Entries taken from a collection:
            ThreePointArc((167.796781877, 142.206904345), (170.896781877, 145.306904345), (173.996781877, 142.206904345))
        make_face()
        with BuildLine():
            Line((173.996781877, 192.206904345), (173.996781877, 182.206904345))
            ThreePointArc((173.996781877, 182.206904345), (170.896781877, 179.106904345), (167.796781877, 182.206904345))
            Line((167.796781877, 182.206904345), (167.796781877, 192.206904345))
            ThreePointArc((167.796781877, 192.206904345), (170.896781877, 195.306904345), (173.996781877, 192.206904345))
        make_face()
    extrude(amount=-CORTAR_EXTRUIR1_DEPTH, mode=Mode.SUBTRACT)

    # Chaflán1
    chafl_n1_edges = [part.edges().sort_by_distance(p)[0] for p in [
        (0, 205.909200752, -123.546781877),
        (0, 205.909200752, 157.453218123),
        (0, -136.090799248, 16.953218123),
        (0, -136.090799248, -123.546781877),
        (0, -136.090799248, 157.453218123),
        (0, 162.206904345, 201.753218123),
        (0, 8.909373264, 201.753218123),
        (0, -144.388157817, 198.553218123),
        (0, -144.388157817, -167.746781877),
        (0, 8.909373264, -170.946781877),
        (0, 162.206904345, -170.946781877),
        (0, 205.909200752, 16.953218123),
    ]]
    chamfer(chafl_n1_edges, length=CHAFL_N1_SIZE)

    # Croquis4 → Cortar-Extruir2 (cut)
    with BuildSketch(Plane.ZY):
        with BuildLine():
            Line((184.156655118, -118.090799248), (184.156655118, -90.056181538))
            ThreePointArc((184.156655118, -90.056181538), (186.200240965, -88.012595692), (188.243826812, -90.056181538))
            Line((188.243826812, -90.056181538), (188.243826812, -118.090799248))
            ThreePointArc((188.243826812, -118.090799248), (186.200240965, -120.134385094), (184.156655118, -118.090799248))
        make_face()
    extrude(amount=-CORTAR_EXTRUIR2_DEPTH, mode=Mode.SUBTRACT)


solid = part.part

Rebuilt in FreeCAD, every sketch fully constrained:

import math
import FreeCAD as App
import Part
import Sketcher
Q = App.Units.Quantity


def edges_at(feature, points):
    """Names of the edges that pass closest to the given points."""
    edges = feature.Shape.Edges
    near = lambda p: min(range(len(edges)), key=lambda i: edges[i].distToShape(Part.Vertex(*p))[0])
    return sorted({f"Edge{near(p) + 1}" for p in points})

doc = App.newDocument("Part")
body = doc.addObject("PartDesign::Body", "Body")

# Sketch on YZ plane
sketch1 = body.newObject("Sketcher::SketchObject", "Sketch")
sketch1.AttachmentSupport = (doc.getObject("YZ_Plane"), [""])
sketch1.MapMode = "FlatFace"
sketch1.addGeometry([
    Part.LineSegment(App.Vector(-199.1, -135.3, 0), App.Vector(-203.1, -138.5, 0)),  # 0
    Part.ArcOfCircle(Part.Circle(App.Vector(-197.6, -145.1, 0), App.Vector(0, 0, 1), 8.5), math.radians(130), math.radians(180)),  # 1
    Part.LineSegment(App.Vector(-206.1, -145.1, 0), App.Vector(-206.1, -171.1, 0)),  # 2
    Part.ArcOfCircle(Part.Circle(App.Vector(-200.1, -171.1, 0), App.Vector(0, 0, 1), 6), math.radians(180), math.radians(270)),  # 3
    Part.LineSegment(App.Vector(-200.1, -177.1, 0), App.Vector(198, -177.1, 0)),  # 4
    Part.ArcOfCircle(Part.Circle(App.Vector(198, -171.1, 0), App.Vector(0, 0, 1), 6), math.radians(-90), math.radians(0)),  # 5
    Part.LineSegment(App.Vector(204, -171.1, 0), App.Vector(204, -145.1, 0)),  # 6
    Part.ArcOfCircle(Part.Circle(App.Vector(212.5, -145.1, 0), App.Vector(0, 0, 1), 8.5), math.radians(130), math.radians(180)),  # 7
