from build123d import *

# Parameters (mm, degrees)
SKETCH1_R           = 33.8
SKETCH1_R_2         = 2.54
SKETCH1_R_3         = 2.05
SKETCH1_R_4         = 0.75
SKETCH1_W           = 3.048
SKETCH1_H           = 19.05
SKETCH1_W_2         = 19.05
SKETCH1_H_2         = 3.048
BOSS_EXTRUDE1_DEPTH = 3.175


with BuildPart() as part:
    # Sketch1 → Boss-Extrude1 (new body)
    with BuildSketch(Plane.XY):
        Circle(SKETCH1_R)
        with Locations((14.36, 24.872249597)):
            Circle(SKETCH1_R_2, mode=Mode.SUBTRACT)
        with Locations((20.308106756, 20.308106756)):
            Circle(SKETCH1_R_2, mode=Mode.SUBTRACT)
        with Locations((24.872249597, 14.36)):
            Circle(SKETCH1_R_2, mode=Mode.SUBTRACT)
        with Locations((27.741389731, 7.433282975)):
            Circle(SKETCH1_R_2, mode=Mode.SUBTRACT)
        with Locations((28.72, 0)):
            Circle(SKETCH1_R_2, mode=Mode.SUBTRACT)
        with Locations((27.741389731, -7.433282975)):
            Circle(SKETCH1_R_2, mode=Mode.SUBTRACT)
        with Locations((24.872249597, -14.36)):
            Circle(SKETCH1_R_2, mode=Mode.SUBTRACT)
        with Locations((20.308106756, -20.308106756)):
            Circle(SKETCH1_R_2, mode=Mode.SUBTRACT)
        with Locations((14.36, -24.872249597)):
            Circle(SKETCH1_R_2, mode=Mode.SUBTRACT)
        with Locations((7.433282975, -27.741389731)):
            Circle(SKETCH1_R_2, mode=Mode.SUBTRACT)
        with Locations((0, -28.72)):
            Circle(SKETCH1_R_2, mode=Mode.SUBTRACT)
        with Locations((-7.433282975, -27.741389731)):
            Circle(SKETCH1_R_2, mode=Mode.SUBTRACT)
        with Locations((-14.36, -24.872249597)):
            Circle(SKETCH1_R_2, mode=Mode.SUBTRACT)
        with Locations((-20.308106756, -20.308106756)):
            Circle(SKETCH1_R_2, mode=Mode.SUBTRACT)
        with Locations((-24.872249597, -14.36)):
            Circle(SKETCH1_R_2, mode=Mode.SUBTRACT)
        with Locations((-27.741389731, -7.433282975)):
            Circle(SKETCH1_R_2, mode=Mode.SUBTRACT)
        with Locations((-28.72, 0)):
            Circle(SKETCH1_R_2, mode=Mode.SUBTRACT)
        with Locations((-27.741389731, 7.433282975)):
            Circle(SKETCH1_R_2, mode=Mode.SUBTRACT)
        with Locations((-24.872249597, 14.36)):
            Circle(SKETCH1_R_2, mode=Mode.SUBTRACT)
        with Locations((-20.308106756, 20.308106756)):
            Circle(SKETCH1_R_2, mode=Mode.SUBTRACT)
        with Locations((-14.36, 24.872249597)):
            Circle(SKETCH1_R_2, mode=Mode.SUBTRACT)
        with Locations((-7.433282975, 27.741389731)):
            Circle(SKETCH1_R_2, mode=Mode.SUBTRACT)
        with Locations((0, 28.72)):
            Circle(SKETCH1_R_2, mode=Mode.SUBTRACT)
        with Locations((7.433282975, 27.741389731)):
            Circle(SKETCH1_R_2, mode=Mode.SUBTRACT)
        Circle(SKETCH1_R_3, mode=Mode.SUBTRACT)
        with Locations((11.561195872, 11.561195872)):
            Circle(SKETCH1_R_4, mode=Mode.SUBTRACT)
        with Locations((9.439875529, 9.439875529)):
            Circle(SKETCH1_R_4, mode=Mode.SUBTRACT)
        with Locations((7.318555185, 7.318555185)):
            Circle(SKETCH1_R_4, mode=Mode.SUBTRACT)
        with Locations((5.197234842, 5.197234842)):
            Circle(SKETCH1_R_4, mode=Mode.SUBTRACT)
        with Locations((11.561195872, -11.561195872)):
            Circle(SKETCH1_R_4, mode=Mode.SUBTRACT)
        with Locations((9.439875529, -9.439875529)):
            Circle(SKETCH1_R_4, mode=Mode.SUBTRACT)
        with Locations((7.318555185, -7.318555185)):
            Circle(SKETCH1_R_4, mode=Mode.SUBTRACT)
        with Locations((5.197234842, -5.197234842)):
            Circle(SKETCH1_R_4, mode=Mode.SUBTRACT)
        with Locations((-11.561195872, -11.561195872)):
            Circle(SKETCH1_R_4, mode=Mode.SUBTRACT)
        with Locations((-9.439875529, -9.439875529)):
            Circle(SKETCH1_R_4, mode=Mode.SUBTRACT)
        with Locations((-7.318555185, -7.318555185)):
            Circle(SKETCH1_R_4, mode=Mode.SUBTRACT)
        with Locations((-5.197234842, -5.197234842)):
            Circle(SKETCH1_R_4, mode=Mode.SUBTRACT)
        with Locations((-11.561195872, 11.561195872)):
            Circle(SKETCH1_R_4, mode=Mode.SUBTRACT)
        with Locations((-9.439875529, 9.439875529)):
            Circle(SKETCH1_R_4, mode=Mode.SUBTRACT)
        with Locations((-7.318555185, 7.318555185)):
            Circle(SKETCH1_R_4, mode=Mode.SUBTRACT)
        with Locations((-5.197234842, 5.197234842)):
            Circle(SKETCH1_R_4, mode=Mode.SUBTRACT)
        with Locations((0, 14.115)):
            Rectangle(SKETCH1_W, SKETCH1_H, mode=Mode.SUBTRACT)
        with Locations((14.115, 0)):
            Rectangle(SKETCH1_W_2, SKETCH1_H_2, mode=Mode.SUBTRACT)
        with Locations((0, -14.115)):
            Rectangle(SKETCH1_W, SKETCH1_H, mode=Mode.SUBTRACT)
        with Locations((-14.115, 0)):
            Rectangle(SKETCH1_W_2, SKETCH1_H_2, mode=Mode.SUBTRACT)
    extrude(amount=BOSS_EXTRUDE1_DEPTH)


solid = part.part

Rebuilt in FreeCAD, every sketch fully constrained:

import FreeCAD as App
import Part
import Sketcher
from FreeCAD import Vector
Q = App.Units.Quantity


def add_polygon(sketch, points):
    """Adds a closed chain of lines whose ends are joined by coincident constraints."""
    first, n = sketch.GeometryCount, len(points)
    for a, b in zip(points, points[1:] + points[:1]):
        sketch.addGeometry(Part.LineSegment(App.Vector(*a, 0), App.Vector(*b, 0)), False)
    for i in range(n):
        sketch.addConstraint(Sketcher.Constraint("Coincident", first + i, 2, first + (i + 1) % n, 1))

doc = App.newDocument("Part")
params = doc.addObject("Spreadsheet::Sheet", "Params")
for row, (alias, value) in enumerate([
    ("sketch1_diameter", "0.2 in"),
    ("sketch1_width", "0.12 in"),
    ("sketch1_width2", "0.75 in"),
    ("pad1_length", "0.125 in"),
], start=1):
    params.set(f"A{row}", alias)
    params.set(f"B{row}", "=" + value)
    params.setAlias(f"B{row}", alias)

body = doc.addObject("PartDesign::Body", "Body")

# Sketch on XY plane
sketch1 = doc.addObject("Sketcher::SketchObject", "Sketch")
body.addObject(sketch1)
sketch1.AttachmentSupport = (doc.XY_Plane, [""])
sketch1.MapMode = "FlatFace"
sketch1.addGeometry(Part.Circle(Vector(0, 0, 0), Vector(0, 0, 1), 33.8), False)  # 0
sketch1.addGeometry(Part.Circle(Vector(-20.3, -20.3, 0), Vector(0, 0, 1), 2.5), False)  # 1
sketch1.addGeometry(Part.Circle(Vector(-14.4, -24.9, 0), Vector(0, 0, 1), 2.5), False)  # 2
sketch1.addGeometry(Part.Circle(Vector(-7.4, -27.7, 0), Vector(0, 0, 1), 2.5), False)  # 3
sketch1.addGeometry(Part.Circle(Vector(0, -28.7, 0), Vector(0, 0, 1), 2.5), False)  # 4
sketch1.addGeometry(Part.Circle(Vector(-24.9, -14.4, 0), Vector(0, 0, 1), 2.5), False)  # 5
sketch1.addGeometry(Part.Circle(Vector(-27.7, -7.4, 0), Vector(0, 0, 1), 2.5), False)  # 6
sketch1.addGeometry(Part.Circle(Vector(-28.7, 0, 0), Vector(0, 0, 1), 2.5), False)  # 7
sketch1.addGeometry(Part.Circle(Vector(-11.6, -11.6, 0), Vector(0, 0, 1), 0.8), False)  # 8
sketch1.addGeometry(Part.Circle(Vector(-9.4, -9.4, 0), Vector(0, 0, 1), 0.8), False)  # 9
add_polygon(sketch1, [(1.5, -23.6), (-1.5, -23.6), (-1.5, -4.6), (1.5, -4.6)])  # lines 10-13
add_polygon(sketch1, [(-4.6, -1.5), (-23.6, -1.5), (-23.6, 1.5), (-4.6, 1.5)])  # lines 14-17
sketch1.addGeometry(Part.Circle(Vector(-7.3, -7.3, 0), Vector(0, 0, 1), 0.8), False)  # 18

**TASK INSTRUCTIONS**
Wherever a line in the data above contains the word "feature", copy that line.

**TASK ANSWER**
def edges_at(feature, points):
    edges = feature.Shape.Edges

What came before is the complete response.